**** Material supplied
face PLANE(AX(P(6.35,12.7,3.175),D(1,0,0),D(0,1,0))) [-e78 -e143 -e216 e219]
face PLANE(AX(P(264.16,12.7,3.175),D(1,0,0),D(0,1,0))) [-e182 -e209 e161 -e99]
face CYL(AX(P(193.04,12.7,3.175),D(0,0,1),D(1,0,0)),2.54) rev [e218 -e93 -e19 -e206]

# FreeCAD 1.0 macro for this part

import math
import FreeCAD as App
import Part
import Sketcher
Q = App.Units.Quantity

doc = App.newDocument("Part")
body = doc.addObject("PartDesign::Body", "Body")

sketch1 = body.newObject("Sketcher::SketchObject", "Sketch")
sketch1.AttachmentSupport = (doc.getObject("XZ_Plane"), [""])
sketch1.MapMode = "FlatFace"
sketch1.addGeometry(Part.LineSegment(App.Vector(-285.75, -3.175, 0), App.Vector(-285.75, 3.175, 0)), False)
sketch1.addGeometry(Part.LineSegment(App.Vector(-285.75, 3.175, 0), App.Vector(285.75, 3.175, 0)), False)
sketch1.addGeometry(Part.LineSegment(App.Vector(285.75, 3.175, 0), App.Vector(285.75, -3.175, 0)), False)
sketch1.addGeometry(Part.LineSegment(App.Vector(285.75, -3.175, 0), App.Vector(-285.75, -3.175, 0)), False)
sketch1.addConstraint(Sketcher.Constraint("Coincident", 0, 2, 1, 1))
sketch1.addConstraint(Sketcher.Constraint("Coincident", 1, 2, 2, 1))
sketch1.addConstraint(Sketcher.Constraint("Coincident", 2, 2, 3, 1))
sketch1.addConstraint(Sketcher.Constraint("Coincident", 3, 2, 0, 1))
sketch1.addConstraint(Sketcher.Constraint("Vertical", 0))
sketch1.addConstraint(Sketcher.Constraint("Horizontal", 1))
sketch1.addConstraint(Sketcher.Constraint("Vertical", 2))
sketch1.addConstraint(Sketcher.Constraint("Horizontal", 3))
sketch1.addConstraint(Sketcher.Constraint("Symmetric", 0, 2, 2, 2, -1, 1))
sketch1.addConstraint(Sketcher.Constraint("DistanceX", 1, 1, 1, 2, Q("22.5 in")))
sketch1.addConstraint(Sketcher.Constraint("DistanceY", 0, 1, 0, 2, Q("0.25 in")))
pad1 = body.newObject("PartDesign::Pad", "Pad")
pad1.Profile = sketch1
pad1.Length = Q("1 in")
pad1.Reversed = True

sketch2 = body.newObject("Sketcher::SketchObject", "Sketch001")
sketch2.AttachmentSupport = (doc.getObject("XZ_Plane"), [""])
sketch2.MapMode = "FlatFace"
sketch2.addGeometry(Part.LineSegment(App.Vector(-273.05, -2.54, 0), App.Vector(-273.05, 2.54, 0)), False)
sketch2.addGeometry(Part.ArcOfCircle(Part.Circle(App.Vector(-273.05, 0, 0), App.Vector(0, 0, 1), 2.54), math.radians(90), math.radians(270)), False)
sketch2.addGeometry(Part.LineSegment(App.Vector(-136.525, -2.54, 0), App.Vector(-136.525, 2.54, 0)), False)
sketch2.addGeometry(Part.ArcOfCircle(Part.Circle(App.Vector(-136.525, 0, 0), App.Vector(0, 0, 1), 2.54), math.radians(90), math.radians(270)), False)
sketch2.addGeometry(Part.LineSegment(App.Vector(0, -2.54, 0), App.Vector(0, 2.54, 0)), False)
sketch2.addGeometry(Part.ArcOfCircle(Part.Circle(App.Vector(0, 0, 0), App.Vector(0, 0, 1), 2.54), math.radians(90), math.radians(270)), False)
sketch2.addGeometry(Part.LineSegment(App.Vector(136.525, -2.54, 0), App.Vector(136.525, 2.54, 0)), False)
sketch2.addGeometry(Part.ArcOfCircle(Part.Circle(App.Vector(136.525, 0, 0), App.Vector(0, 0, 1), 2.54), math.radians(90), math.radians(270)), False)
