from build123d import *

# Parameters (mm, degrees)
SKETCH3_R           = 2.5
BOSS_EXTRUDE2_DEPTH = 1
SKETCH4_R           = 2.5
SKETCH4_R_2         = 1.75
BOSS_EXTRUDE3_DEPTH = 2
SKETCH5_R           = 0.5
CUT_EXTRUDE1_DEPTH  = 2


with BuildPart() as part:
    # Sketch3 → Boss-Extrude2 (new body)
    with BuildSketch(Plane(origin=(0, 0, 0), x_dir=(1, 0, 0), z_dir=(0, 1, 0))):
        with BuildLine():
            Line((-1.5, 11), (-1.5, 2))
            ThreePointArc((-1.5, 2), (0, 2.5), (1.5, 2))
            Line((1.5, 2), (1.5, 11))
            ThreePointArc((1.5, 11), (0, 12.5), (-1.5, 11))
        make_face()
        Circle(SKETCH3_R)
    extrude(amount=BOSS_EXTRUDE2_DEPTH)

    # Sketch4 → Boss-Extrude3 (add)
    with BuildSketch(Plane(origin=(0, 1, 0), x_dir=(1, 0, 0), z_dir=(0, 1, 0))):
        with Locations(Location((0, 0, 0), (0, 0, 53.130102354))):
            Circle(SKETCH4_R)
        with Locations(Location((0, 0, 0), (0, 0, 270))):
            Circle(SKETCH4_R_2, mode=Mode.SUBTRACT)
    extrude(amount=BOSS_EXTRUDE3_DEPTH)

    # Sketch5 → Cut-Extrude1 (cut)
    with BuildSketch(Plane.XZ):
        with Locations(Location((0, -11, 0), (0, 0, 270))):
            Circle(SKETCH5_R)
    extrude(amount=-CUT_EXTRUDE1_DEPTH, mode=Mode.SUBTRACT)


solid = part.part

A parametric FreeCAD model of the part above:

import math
import FreeCAD as App
import Part
import Sketcher
from FreeCAD import Vector

doc = App.newDocument("Part")
body = doc.addObject("PartDesign::Body", "Body")

sketch1 = body.newObject("Sketcher::SketchObject", "Sketch")
sketch1.AttachmentSupport = (doc.getObject("XZ_Plane"), [""])
sketch1.MapMode = "FlatFace"
sketch1.addGeometry([
    Part.LineSegment(Vector(-1.5, -11, 0), Vector(-1.5, -2, 0)),
    Part.ArcOfCircle(Part.Circle(Vector(0, 0, 0), Vector(0, 0, 1), 2.5), math.radians(-53), math.radians(233)),
    Part.LineSegment(Vector(1.5, -2, 0), Vector(1.5, -11, 0)),
    Part.ArcOfCircle(Part.Circle(Vector(0, -11, 0), Vector(0, 0, 1), 1.5), math.radians(180), math.radians(360)),
], False)
sketch1.addConstraint([
    Sketcher.Constraint("Coincident", 0, 2, 1, 2),
    Sketcher.Constraint("Coincident", 1, 1, 2, 1),
    Sketcher.Constraint("Tangent", 2, 2, 3, 2),
    Sketcher.Constraint("Tangent", 3, 1, 0, 1),
    Sketcher.Constraint("Vertical", 0),
    Sketcher.Constraint("Vertical", 2),
    Sketcher.Constraint("Coincident", 1, 3, -1, 1),
    Sketcher.Constraint("PointOnObject", 3, 3, -2),
    Sketcher.Constraint("Radius", 1, 2.5),
    Sketcher.Constraint("Radius", 3, 1.5),
    Sketcher.Constraint("DistanceY", 0, 1, 0, 2, 9.0),
])
pad1 = body.newObject("PartDesign::Pad", "Pad")
pad1.Profile = sketch1
pad1.Length = 1
pad1.Reversed = True

sketch2 = body.newObject("Sketcher::SketchObject", "Sketch001")
sketch2.AttachmentSupport = (doc.getObject("XZ_Plane"), [""])
sketch2.MapMode = "FlatFace"
sketch2.AttachmentOffset = App.Placement(Vector(0, 0, -1), App.Rotation())
sketch2.addGeometry([
    Part.Circle(Vector(0, 0, 0), Vector(0, 0, 1), 2.5),
    Part.Circle(Vector(0, 0, 0), Vector(0, 0, 1), 1.8),
], False)
sketch2.addConstraint([
    Sketcher.Constraint("Coincident", 0, 3, -1, 1),
    Sketcher.Constraint("Coincident", 1, 3, -1, 1),
    Sketcher.Constraint("Diameter", 0, 5.0),
    Sketcher.Constraint("Diameter", 1, 3.5),
])
pad2 = body.newObject("PartDesign::Pad", "Pad001")
pad2.Profile = sketch2
pad2.Length = 2
pad2.Reversed = True

sketch3 = body.newObject("Sketcher::SketchObject", "Sketch002")
sketch3.AttachmentSupport = (doc.getObject("XZ_Plane"), [""])
sketch3.MapMode = "FlatFace"
sketch3.addGeometry(Part.Circle(Vector(0, -11, 0), Vector(0, 0, 1), 0.5), False)
sketch3.addConstraint([
    Sketcher.Constraint("PointOnObject", 0, 3, -2),
    Sketcher.Constraint("Diameter", 0, 1.0),
    Sketcher.Constraint("DistanceY", 0, 3, -1, 1, 11.0),
])
pocket1 = body.newObject("PartDesign::Pocket", "Pocket")
pocket1.Profile = sketch3
pocket1.Length = 2

doc.recompute()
********
# [Activity]
Begin at the first line of the entries above and copy every line exactly, ending with the line that contains "App.Vector(285.75, -3.175, 0)), False)".

# [Exercise result]
face PLANE(AX(P(6.35,12.7,3.175),D(1,0,0),D(0,1,0))) [-e78 -e143 -e216 e219]
face PLANE(AX(P(264.16,12.7,3.175),D(1,0,0),D(0,1,0))) [-e182 -e209 e161 -e99]
face CYL(AX(P(193.04,12.7,3.175),D(0,0,1),D(1,0,0)),2.54) rev [e218 -e93 -e19 -e206]

# FreeCAD 1.0 macro for this part

import math
import FreeCAD as App
import Part
import Sketcher
Q = App.Units.Quantity

doc = App.newDocument("Part")
body = doc.addObject("PartDesign::Body", "Body")

sketch1 = body.newObject("Sketcher::SketchObject", "Sketch")
sketch1.AttachmentSupport = (doc.getObject("XZ_Plane"), [""])
sketch1.MapMode = "FlatFace"
sketch1.addGeometry(Part.LineSegment(App.Vector(-285.75, -3.175, 0), App.Vector(-285.75, 3.175, 0)), False)
sketch1.addGeometry(Part.LineSegment(App.Vector(-285.75, 3.175, 0), App.Vector(285.75, 3.175, 0)), False)
sketch1.addGeometry(Part.LineSegment(App.Vector(285.75, 3.175, 0), App.Vector(285.75, -3.175, 0)), False)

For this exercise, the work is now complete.